C’est donc en 1922 que Herbert Janssen fit ses tout premiers débuts sur la prestigieuse scène de la Staatsoper de Berlin, maison dans laquelle il entra immédiatement en troupe. Il occupa d’abord de petits rôles, mais avec une telle technique et une telle présence scénique qu’il multiplia ses apparitions jusqu’à se voir offrir les rôles les plus importants du répertoire. Sa rencontre avec le répertoire wagnérien eut lieu au cours de la saison de 1923-1924, où il incarna Wolfram (Tannhäuser), un des rôles qui marqua à jamais sa carrière. Tout en élargissant son répertoire (Wagner naturellement, mais également Mozart, Verdi, Bizet, Lortzing et très amateur de lieder), l’artiste, toujours en troupe à la Staatsoper de Berlin, se produisit également sur les scènes de Covent-Garden, Vienne, Dresde, Paris…

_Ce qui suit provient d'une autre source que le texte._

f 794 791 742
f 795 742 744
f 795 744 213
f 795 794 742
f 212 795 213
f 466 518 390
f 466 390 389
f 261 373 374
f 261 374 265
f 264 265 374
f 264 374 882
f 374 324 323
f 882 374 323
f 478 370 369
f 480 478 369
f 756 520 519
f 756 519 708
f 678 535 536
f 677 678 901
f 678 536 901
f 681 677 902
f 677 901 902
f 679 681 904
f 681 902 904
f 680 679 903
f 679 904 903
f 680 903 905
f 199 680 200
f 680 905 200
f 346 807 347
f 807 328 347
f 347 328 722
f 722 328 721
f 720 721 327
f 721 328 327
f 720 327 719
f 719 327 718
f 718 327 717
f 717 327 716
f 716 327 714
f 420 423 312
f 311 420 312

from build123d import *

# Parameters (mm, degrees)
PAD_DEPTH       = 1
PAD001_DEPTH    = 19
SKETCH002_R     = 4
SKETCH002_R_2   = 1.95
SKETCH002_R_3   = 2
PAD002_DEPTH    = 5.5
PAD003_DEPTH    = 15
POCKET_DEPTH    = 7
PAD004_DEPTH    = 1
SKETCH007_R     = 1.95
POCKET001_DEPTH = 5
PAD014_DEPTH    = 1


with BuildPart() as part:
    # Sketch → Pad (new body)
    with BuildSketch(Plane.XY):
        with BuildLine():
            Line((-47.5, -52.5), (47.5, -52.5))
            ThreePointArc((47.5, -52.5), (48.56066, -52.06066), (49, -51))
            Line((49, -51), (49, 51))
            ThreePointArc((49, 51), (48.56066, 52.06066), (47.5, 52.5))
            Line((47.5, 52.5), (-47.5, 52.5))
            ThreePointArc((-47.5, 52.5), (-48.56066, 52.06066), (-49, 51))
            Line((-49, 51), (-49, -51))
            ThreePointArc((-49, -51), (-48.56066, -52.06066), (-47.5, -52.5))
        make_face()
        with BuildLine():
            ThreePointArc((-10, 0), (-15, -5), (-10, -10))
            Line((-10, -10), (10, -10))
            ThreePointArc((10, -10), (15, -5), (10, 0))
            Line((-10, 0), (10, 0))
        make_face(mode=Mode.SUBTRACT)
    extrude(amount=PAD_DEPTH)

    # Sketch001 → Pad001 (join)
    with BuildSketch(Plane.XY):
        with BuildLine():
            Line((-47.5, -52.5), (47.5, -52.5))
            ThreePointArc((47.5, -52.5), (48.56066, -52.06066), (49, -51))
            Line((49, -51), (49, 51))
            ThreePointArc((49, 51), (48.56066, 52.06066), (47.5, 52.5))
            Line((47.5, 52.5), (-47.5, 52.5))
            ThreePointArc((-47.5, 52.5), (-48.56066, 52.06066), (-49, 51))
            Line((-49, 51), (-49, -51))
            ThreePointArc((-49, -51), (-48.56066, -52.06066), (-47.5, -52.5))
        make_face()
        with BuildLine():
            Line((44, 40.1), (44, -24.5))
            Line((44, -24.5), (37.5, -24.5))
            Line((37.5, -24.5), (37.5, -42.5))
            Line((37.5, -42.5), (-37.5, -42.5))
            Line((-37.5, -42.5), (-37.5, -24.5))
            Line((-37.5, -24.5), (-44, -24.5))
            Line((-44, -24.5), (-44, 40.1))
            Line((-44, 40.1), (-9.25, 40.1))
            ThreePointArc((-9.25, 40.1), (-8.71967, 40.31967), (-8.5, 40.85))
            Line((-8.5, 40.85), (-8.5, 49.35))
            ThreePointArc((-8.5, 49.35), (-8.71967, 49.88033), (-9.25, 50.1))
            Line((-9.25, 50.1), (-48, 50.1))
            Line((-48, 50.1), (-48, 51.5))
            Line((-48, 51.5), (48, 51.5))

En 1930, Janssen fut invité par Toscanini au Festival de Bayreuth afin d’y incarner Wolfram, le rôle fétiche de l’artiste, dans un Tannhäuser qui résonne depuis comme anthologique. Devenu rapidement l’un des chanteurs wagnériens incontournables, Janssen fut dès lors invité sur la scène du Festspielhaus pour y incarner un Amfortas, un Gunther, un Donner ou un Héraut qui, à chaque fois, lui apportèrent l’adhésion immédiate du public.

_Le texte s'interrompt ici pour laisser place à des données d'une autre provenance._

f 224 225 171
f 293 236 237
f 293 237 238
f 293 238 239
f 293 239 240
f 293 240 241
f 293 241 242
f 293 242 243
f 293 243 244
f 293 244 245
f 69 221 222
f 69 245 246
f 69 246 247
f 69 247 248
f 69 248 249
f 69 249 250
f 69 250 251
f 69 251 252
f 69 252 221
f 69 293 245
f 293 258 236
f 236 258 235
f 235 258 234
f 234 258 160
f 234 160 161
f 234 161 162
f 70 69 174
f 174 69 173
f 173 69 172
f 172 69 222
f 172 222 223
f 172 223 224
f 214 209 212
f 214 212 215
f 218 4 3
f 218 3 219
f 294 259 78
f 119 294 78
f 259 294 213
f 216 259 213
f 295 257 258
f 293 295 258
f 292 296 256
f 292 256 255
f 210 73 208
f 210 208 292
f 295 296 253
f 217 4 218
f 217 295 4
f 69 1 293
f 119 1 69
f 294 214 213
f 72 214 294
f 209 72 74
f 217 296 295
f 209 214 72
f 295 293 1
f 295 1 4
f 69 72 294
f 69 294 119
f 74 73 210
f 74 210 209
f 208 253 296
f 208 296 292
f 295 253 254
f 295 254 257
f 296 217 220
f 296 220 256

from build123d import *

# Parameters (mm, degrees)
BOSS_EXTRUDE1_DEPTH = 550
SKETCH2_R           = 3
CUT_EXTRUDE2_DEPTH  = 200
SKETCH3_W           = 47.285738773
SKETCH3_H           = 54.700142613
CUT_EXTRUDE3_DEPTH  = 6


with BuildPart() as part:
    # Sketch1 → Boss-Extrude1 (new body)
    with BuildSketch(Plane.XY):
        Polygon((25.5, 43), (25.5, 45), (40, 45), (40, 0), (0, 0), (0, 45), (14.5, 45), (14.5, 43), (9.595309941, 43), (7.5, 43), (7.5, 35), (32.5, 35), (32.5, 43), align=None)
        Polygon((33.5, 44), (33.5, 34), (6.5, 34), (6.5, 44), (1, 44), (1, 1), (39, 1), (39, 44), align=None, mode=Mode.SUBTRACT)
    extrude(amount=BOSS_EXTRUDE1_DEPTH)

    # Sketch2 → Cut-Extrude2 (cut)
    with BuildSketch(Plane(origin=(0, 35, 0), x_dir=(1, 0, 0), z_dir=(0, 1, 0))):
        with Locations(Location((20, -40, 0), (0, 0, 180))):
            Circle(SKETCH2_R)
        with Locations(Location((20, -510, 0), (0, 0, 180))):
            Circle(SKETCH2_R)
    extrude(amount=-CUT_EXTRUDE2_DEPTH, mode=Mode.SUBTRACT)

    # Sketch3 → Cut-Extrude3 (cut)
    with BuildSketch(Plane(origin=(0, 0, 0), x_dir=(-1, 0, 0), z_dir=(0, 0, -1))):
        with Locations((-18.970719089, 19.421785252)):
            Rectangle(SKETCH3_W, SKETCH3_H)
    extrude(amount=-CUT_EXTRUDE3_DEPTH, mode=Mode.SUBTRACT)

Autour de ce chanteur d’exception naquit une interrogation : Janssen se serait pris d’enthousiasme (l’accusateur, aujourd’hui décédé, n’apporte aucune preuve et ne cite aucune source) pour le national-socialisme et aurait pris sa carte du parti nazi en 1937. Mais moins d’un an après (ce qui tend à discréditer cette rumeur), en 1938, Janssen demanda à Toscanini son aide pour l’aider à fuir l’Allemagne (il aurait refusé de dîner avec Hitler après une représentation à Bayreuth). Toscanini l’aida à fuir vers Buenos Aires, puis il fit suivre la même route à Erna Janssen. Toscanini invita d’ailleurs le chanteur à faire parti de la distribution d’un Fidelio qu’il devait diriger comme une provocation contre le régime avec un cast composé uniquement d’opposants au régime.
Après avoir fui à Buenos-Aires, Janssen se rendit aux Etats-Unis. Il fit ses débuts sur la scène de l’opéra de Philadelphie en 1939 dans le rôle de Wotan (Siegfried) puis fut engagé au Metropolitan Opera de New-York où il demeura jusqu’à sa retraite en 1952. Il avait en lui la rage de faire éclore la musique de Richard Wagner sur une scène débarrassée de toute compromission politique. Après la retraite de Friedrich Schorr en 1943, l’artiste osa s’aventurer dans des rôles qui ne convenaient pas à sa voix (Wotan, Hans Sachs). Mais il y avait une telle humanité que l’on pardonnait quasiment tout à cet artiste décidément exceptionnel.
Naturalisé américain en 1946, Herbert Janssen se retira de la scène en 1952 et se consacrera à l’enseignement du chant qu’il prodigua jusqu’à sa disparition en 1965.